Way to go, Ian, that is fantastic!! Especially when you look at the company you're keeping...Well done, you deserve this, soooo much. Can I vote?


----------



## Pyan (Jan 10, 2010)

Excellent, Ian. Good luck!...


----------



## nixie (Jan 10, 2010)

That's great Ian, crongatulations


----------



## Ian Whates (Jan 10, 2010)

Thanks everybody; it's only nominations, obviously, but still very gratifying. 

Boneman, nominations can be made by any member of the BSFA. The six in each category with the most nominations then form the shortlist, and the winner is then voted for from that shortlist by the membership of the BSFA (again) and the attendees of Eastercon, with the winners announced at a ceremony during Eastercon.


----------



## chopper (Jan 10, 2010)

Ian is far too modest to point out that another 2 short story nominations went to his own Newcon Press, as well as one nom for cover art.
for which, obviously, congrats!


----------



## Gary Compton (Jan 10, 2010)

Having read Ian's Gift of Joy I'm not surprised.
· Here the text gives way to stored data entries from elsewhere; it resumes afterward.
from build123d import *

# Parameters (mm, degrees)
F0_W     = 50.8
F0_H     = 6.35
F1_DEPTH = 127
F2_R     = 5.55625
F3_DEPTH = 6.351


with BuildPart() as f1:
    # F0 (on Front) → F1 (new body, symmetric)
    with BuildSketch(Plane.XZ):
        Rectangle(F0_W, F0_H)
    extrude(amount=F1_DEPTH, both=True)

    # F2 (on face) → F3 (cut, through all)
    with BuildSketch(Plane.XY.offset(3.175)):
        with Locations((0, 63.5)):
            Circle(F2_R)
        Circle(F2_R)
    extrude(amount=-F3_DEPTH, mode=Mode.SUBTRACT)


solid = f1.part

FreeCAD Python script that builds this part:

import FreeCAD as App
import Part
import Sketcher
from FreeCAD import Vector
Q = App.Units.Quantity


def add_polygon(sketch, points):
    """Adds a closed chain of lines whose ends are joined by coincident constraints."""
    first, n = sketch.GeometryCount, len(points)
    for a, b in zip(points, points[1:] + points[:1]):
        sketch.addGeometry(Part.LineSegment(App.Vector(*a, 0), App.Vector(*b, 0)), False)
    for i in range(n):
        sketch.addConstraint(Sketcher.Constraint("Coincident", first + i, 2, first + (i + 1) % n, 1))

doc = App.newDocument("Part")
params = doc.addObject("Spreadsheet::Sheet", "Params")
for row, (alias, value) in enumerate([
    ("sketch1_width", "2 in"),
    ("sketch1_height", "0.25 in"),
    ("pad1_length", "10 in"),
    ("sketch2_diameter", "0.4375 in"),
], start=1):
    params.set(f"A{row}", alias)
    params.set(f"B{row}", "=" + value)
    params.setAlias(f"B{row}", alias)

body = doc.addObject("PartDesign::Body", "Body")

# Sketch on XZ plane
sketch1 = doc.addObject("Sketcher::SketchObject", "Sketch")
body.addObject(sketch1)
sketch1.AttachmentSupport = (doc.XZ_Plane, [""])
sketch1.MapMode = "FlatFace"
add_polygon(sketch1, [(-25.4, 3.175), (-25.4, -3.175), (25.4, -3.175), (25.4, 3.175)])  # lines 0-3
sketch1.addConstraint(Sketcher.Constraint("Vertical", 0))
sketch1.addConstraint(Sketcher.Constraint("Horizontal", 1))
sketch1.addConstraint(Sketcher.Constraint("Vertical", 2))
sketch1.addConstraint(Sketcher.Constraint("Horizontal", 3))
sketch1.addConstraint(Sketcher.Constraint("Symmetric", 0, 2, 2, 2, -1, 1))
sketch1.addConstraint(Sketcher.Constraint("DistanceX", 1, 1, 1, 2, Q("2 in")))
sketch1.addConstraint(Sketcher.Constraint("DistanceY", 0, 2, 0, 1, Q("0.25 in")))
sketch1.setExpression("Constraints[9]", "Params.sketch1_width")
sketch1.setExpression("Constraints[10]", "Params.sketch1_height")
pad1 = doc.addObject("PartDesign::Pad", "Pad")
body.addObject(pad1)
pad1.Profile = sketch1
pad1.setExpression("Length", "Params.pad1_length")
pad1.Midplane = True

# Sketch on XY plane
sketch2 = doc.addObject("Sketcher::SketchObject", "Sketch001")
body.addObject(sketch2)
sketch2.AttachmentSupport = (doc.XY_Plane, [""])
sketch2.MapMode = "FlatFace"
sketch2.AttachmentOffset = App.Placement(Vector(0, 0, 0.125 * 25.4), App.Rotation())
sketch2.addGeometry(Part.Circle(Vector(0, 63.5, 0), Vector(0, 0, 1), 5.55625), False)
sketch2.addGeometry(Part.Circle(Vector(0, 0, 0), Vector(0, 0, 1), 5.55625), False)
sketch2.addConstraint(Sketcher.Constraint("Coincident", 1, 3, -1, 1))
sketch2.addConstraint(Sketcher.Constraint("Equal", 0, 1))
sketch2.addConstraint(Sketcher.Constraint("PointOnObject", 0, 3, -2))
sketch2.addConstraint(Sketcher.Constraint("Diameter", 0, Q("0.4375 in")))
sketch2.addConstraint(Sketcher.Constraint("DistanceY", -1, 1, 0, 3, Q("2.5 in")))
sketch2.setExpression("Constraints[3]", "Params.sketch2_diameter")
pocket1 = doc.addObject("PartDesign::Pocket", "Pocket")
body.addObject(pocket1)
pocket1.Profile = sketch2
pocket1.Type = "ThroughAll"

doc.recompute()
His words were easy to read and I thoroughly enjoyed the book. 

He's the up and coming star of Chrons and also my hero, this time next year he'll be walking on water!
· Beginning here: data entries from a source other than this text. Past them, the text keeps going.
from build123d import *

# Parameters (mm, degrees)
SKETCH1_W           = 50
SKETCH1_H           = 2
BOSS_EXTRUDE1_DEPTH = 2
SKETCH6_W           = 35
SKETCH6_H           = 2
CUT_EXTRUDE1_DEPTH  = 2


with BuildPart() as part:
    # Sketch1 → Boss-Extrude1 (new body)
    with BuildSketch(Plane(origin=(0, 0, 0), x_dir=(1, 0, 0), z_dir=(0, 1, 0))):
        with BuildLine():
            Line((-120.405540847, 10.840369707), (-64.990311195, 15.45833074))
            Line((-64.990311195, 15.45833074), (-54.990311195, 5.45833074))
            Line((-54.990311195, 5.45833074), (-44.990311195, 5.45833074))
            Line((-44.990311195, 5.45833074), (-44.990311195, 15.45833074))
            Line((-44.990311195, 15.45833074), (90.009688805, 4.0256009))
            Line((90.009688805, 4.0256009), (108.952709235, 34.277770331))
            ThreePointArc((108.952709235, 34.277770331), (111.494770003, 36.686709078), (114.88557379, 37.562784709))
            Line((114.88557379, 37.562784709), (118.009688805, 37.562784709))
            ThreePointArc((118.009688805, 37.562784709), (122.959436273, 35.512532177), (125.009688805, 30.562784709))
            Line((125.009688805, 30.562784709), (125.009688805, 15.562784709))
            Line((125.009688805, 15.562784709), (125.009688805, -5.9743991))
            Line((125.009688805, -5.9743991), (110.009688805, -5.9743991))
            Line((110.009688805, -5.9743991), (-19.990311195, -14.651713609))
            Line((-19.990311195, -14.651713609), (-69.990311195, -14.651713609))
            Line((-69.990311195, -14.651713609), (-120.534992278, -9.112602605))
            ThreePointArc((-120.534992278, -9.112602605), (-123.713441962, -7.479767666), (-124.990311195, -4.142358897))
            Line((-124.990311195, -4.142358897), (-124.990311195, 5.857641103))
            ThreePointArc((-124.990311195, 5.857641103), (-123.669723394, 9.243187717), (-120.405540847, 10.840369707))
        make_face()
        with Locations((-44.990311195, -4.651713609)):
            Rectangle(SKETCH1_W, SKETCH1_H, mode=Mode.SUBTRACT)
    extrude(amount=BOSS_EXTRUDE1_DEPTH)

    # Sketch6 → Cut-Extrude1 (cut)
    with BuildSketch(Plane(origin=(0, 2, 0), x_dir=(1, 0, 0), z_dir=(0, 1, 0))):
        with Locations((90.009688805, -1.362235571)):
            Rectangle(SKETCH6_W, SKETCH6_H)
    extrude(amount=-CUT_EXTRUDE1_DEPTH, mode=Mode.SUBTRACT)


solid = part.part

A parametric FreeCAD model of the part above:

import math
import FreeCAD as App
import Part
import Sketcher
from FreeCAD import Vector
Q = App.Units.Quantity


def add_polygon(sketch, points):
    """Adds a closed chain of lines whose ends are joined by coincident constraints."""
    first, n = sketch.GeometryCount, len(points)
    for a, b in zip(points, points[1:] + points[:1]):
        sketch.addGeometry(Part.LineSegment(App.Vector(*a, 0), App.Vector(*b, 0)), False)
    for i in range(n):
        sketch.addConstraint(Sketcher.Constraint("Coincident", first + i, 2, first + (i + 1) % n, 1))

doc = App.newDocument("Part")
body = doc.addObject("PartDesign::Body", "Body")

sketch1 = body.newObject("Sketcher::SketchObject", "Sketch")
sketch1.AttachmentSupport = (doc.getObject("XZ_Plane"), [""])
sketch1.MapMode = "FlatFace"
sketch1.addGeometry(Part.LineSegment(Vector(-64.990311, -15.458331, 0), Vector(-120.405541, -10.84037, 0)), False)
sketch1.addGeometry(Part.ArcOfCircle(Part.Circle(Vector(-119.990311, -5.857641, 0), Vector(0, 0, 1), 5), math.radians(180), math.radians(265.236332)), False)
sketch1.addGeometry(Part.LineSegment(Vector(-124.990311, -5.857641, 0), Vector(-124.990311, 4.142359, 0)), False)
sketch1.addGeometry(Part.ArcOfCircle(Part.Circle(Vector(-119.990311, 4.142359, 0), Vector(0, 0, 1), 5), math.radians(96.253997), math.radians(180)), False)
sketch1.addGeometry(Part.LineSegment(Vector(-120.534992, 9.112603, 0), Vector(-69.990311, 14.651714, 0)), False)
sketch1.addGeometry(Part.LineSegment(Vector(-69.990311, 14.651714, 0), Vector(-19.990311, 14.651714, 0)), False)
sketch1.addGeometry(Part.LineSegment(Vector(-19.990311, 14.651714, 0), Vector(110.009689, 5.974399, 0)), False)
sketch1.addGeometry(Part.LineSegment(Vector(110.009689, 5.974399, 0), Vector(125.009689, 5.974399, 0)), False)
sketch1.addGeometry(Part.LineSegment(Vector(125.009689, 5.974399, 0), Vector(125.009689, -30.562785, 0)), False)
sketch1.addGeometry(Part.ArcOfCircle(Part.Circle(Vector(118.009689, -30.562785, 0), Vector(0, 0, 1), 7), math.radians(-90), math.radians(0)), False)
sketch1.addGeometry(Part.LineSegment(Vector(118.009689, -37.562785, 0), Vector(114.885574, -37.562785, 0)), False)
sketch1.addGeometry(Part.ArcOfCircle(Part.Circle(Vector(114.885574, -30.562785, 0), Vector(0, 0, 1), 7), math.radians(-147.94641), math.radians(-90)), False)
sketch1.addGeometry(Part.LineSegment(Vector(108.952709, -34.27777, 0), Vector(90.009689, -4.025601, 0)), False)
sketch1.addGeometry(Part.LineSegment(Vector(90.009689, -4.025601, 0), Vector(-44.990311, -15.458331, 0)), False)
sketch1.addGeometry(Part.LineSegment(Vector(-44.990311, -15.458331, 0), Vector(-44.990311, -5.458331, 0)), False)
sketch1.addGeometry(Part.LineSegment(Vector(-44.990311, -5.458331, 0), Vector(-54.990311, -5.458331, 0)), False)
sketch1.addGeometry(Part.LineSegment(Vector(-54.990311, -5.458331, 0), Vector(-64.990311, -15.458331, 0)), False)
add_polygon(sketch1, [(-69.990311, 5.651714), (-69.990311, 3.651714), (-19.990311, 3.651714), (-19.990311, 5.651714)])
sketch1.addConstraint([
    Sketcher.Constraint("Tangent", 0, 2, 1, 2),
    Sketcher.Constraint("Tangent", 1, 1, 2, 1),
    Sketcher.Constraint("Tangent", 2, 2, 3, 2),
    Sketcher.Constraint("Tangent", 3, 1, 4, 1),
    Sketcher.Constraint("Coincident", 4, 2, 5, 1),
    Sketcher.Constraint("Coincident", 5, 2, 6, 1),
    Sketcher.Constraint("Coincident", 6, 2, 7, 1),
    Sketcher.Constraint("Coincident", 7, 2, 8, 1),
    Sketcher.Constraint("Tangent", 8, 2, 9, 2),
    Sketcher.Constraint("Tangent", 9, 1, 10, 1),
    Sketcher.Constraint("Tangent", 10, 2, 11, 2),
    Sketcher.Constraint("Tangent", 11, 1, 12, 1),
    Sketcher.Constraint("Coincident", 12, 2, 13, 1),
    Sketcher.Constraint("Coincident", 13, 2, 14, 1),
    Sketcher.Constraint("Coincident", 14, 2, 15, 1),
    Sketcher.Constraint("Coincident", 15, 2, 16, 1),
    Sketcher.Constraint("Coincident", 16, 2, 0, 1),
    Sketcher.Constraint("Vertical", 2),
    Sketcher.Constraint("Horizontal", 5),
    Sketcher.Constraint("Horizontal", 7),
    Sketcher.Constraint("Vertical", 8),
    Sketcher.Constraint("Horizontal", 10),
    Sketcher.Constraint("Vertical", 14),
    Sketcher.Constraint("Horizontal", 15),
    Sketcher.Constraint("Vertical", 17),
    Sketcher.Constraint("Horizontal", 18),
    Sketcher.Constraint("Vertical", 19),
    Sketcher.Constraint("Horizontal", 20),
    Sketcher.Constraint("Equal", 1, 3),
    Sketcher.Constraint("Equal", 9, 11),
    Sketcher.Constraint("Horizontal", 13, 2, 16, 2),
    Sketcher.Constraint("Vertical", 4, 2, 17, 2),
    Sketcher.Constraint("Vertical", 5, 2, 18, 2),
    Sketcher.Constraint("Equal", 15, 2),
    Sketcher.Constraint("Equal", 2, 14),
    Sketcher.Constraint("Radius", 1, Q("5 mm")),
    Sketcher.Constraint("Radius", 9, Q("7 mm")),
    Sketcher.Constraint("DistanceX", 5, 1, 5, 2, Q("50 mm")),
    Sketcher.Constraint("DistanceX", 7, 1, 7, 2, Q("15 mm")),
    Sketcher.Constraint("DistanceX", 15, 2, 15, 1, Q("10 mm")),
    Sketcher.Constraint("DistanceY", 17, 2, 17, 1, Q("2 mm")),
    Sketcher.Constraint("Angle", 16, Q("-135 deg")),
    Sketcher.Constraint("DistanceX", 1, 3, 9, 3, Q("238 mm")),
    Sketcher.Constraint("DistanceX", 3, 3, 4, 2, Q("50 mm")),
    Sketcher.Constraint("DistanceX", 12, 2, 6, 2, Q("20 mm")),
    Sketcher.Constraint("DistanceY", 12, 2, 6, 2, Q("10 mm")),
    Sketcher.Constraint("DistanceX", 13, 2, 5, 2, Q("25 mm")),
    Sketcher.Constraint("DistanceY", 17, 2, 4, 2, Q("11 mm")),
    Sketcher.Constraint("DistanceY", -1, 1, 6, 2, Q("5.974399 mm")),
    Sketcher.Constraint("DistanceY", 8, 2, 5, 2, Q("45.214498 mm")),
    Sketcher.Constraint("Distance", 12, Q("35.693582 mm")),
    Sketcher.Constraint("DistanceX", 10, 2, 10, 1, Q("3.124115 mm")),
    Sketcher.Constraint("DistanceX", 1, 3, -1, 1, Q("119.990311 mm")),
    Sketcher.Constraint("DistanceY", 1, 3, -1, 1, Q("5.857641 mm")),
    Sketcher.Constraint("DistanceX", 0, 2, -1, 1, Q("120.405541 mm")),
])
pad1 = body.newObject("PartDesign::Pad", "Pad")
pad1.Profile = sketch1
pad1.Length = 2
pad1.Reversed = True

sketch2 = body.newObject("Sketcher::SketchObject", "Sketch001")
sketch2.AttachmentSupport = (doc.getObject("XZ_Plane"), [""])
sketch2.MapMode = "FlatFace"
sketch2.AttachmentOffset = App.Placement(Vector(0, 0, -2), App.Rotation())
add_polygon(sketch2, [(72.509689, 0.362236), (72.509689, 2.362236), (107.509689, 2.362236), (107.509689, 0.362236)])
sketch2.addConstraint([
    Sketcher.Constraint("Vertical", 0),
    Sketcher.Constraint("Horizontal", 1),
    Sketcher.Constraint("Vertical", 2),
    Sketcher.Constraint("Horizontal", 3),
    Sketcher.Constraint("DistanceX", 1, 1, 1, 2, Q("35 mm")),
    Sketcher.Constraint("DistanceY", 0, 1, 0, 2, Q("2 mm")),
    Sketcher.Constraint("DistanceX", -1, 1, 0, 2, Q("72.509689 mm")),
    Sketcher.Constraint("DistanceY", -1, 1, 0, 2, Q("2.362236 mm")),
])
pocket1 = body.newObject("PartDesign::Pocket", "Pocket")
pocket1.Profile = sketch2
pocket1.Length = 2
pocket1.Reversed = True

doc.recompute()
Grovel...grovel...grovel...


----------



## Teresa Edgerton (Jan 10, 2010)

Wow, this is very impressive, Ian!  Hearty congratulations on each count!


----------



## blacknorth (Jan 11, 2010)

Well done, our kid...


----------



## Susan Boulton (Jan 11, 2010)

Well done Ian, how long till the short list is announced??


----------



## Stephen Palmer (Jan 11, 2010)

Top work, Ian!


----------



## Fried Egg (Jan 11, 2010)

And I shall be shortly reading one of them: "The Assistant".


----------



## Mouse (Jan 11, 2010)

Well done, Ian!! That's really good.


----------



## Ian Whates (Jan 11, 2010)

Thanks very much everybody. 

Sue, not sure when the shortlist is announced -- nominations close this coming Saturday, so hopefully not long after that. 

FE, hope you enjoy it! I've just spoken to the publishers and they've agreed to post the story on the Solaris website tomorrow, free to read. I'll post a link if and when for anyone interested. 
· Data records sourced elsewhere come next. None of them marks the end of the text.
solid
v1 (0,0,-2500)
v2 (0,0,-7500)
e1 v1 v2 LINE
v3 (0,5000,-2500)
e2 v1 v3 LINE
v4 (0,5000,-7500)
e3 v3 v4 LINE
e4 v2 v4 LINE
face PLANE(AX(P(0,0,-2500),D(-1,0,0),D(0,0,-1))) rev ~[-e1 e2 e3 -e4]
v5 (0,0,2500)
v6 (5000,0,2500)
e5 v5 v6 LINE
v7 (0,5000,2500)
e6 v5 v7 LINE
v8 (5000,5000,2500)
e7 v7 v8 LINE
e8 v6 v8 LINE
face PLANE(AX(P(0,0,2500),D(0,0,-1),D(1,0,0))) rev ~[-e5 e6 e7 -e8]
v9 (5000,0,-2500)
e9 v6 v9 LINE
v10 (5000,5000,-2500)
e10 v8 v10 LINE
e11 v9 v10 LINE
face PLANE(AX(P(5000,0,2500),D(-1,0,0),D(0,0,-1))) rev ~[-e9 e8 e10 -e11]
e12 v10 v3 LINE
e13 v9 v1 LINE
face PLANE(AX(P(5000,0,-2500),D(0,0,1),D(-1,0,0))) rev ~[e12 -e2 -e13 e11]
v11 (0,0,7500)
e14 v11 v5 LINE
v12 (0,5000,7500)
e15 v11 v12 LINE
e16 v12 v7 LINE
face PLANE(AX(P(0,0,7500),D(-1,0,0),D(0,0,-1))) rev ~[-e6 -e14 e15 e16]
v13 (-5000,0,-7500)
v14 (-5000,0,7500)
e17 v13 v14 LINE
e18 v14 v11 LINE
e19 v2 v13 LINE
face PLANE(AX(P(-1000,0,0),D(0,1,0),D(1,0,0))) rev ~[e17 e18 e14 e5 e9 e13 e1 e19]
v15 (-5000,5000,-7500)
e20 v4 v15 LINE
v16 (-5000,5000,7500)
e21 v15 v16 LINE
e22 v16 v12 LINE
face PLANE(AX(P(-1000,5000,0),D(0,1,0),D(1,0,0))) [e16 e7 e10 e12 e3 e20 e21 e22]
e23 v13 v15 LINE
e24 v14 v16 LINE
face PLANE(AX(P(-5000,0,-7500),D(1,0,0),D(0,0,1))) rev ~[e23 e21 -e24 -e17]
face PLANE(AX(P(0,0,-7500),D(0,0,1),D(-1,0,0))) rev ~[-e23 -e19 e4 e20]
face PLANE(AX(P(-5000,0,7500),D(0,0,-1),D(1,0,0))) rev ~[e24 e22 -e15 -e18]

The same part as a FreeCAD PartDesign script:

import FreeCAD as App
import Part
import Sketcher
Q = App.Units.Quantity


def add_polygon(sketch, points):
    """Adds a closed chain of lines whose ends are joined by coincident constraints."""
    first, n = sketch.GeometryCount, len(points)
    for a, b in zip(points, points[1:] + points[:1]):
        sketch.addGeometry(Part.LineSegment(App.Vector(*a, 0), App.Vector(*b, 0)), False)
    for i in range(n):
        sketch.addConstraint(Sketcher.Constraint("Coincident", first + i, 2, first + (i + 1) % n, 1))

doc = App.newDocument("Part")
params = doc.addObject("Spreadsheet::Sheet", "Params")
for row, (alias, value) in enumerate([
    ("sketch1_width", "5000 mm"),
    ("pad1_length", "5000 mm"),
], start=1):
    params.set(f"A{row}", alias)
    params.set(f"B{row}", "=" + value)
    params.setAlias(f"B{row}", alias)

body = doc.addObject("PartDesign::Body", "Body")

sketch1 = body.newObject("Sketcher::SketchObject", "Sketch")
sketch1.AttachmentSupport = (doc.getObject("XZ_Plane"), [""])
sketch1.MapMode = "FlatFace"
add_polygon(sketch1, [(-5000, -7500), (-5000, 7500), (0, 7500), (0, 2500), (5000, 2500), (5000, -2500), (0, -2500), (0, -7500)])
sketch1.addConstraint(Sketcher.Constraint("Vertical", 0))
sketch1.addConstraint(Sketcher.Constraint("Horizontal", 1))
sketch1.addConstraint(Sketcher.Constraint("Vertical", 2))
sketch1.addConstraint(Sketcher.Constraint("Horizontal", 3))
sketch1.addConstraint(Sketcher.Constraint("Vertical", 4))
sketch1.addConstraint(Sketcher.Constraint("Horizontal", 5))
sketch1.addConstraint(Sketcher.Constraint("Vertical", 6))
sketch1.addConstraint(Sketcher.Constraint("Horizontal", 7))
sketch1.addConstraint(Sketcher.Constraint("Symmetric", 2, 2, 5, 2, -1, 1))
sketch1.addConstraint(Sketcher.Constraint("Symmetric", 1, 2, 6, 2, -1))
sketch1.addConstraint(Sketcher.Constraint("Equal", 1, 3))
sketch1.addConstraint(Sketcher.Constraint("Equal", 7, 2))
sketch1.addConstraint(Sketcher.Constraint("Equal", 2, 4))
sketch1.addConstraint(Sketcher.Constraint("DistanceX", 1, 1, 1, 2, Q("5000 mm")))
sketch1.setExpression("Constraints[21]", "Params.sketch1_width")
pad1 = body.newObject("PartDesign::Pad", "Pad")
pad1.Profile = sketch1
pad1.setExpression("Length", "Params.pad1_length")
pad1.Reversed = True

doc.recompute()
Thanks, Chopper, yes, NewCon Press have done gratifyingly well; particularly pleased to see Dave Hutchinson's _The Push_ listed, which is an outstanding story. Rumour has it that this particular piece might be in line for another accolade or two as well, but Mum's the word. 

Gary, walking on water??? Huh! Have you seen the size of me? I get nervous walking on concrete, let alone water!


----------



## Gary Compton (Jan 11, 2010)

Ian Whates said:


> Gary, walking on water??? Huh! Have you seen the size of me? I get nervous walking on concrete, let alone water!


 
Well considering I'm 20 stone and six foot three, I thought you were just a mere slip of a lad.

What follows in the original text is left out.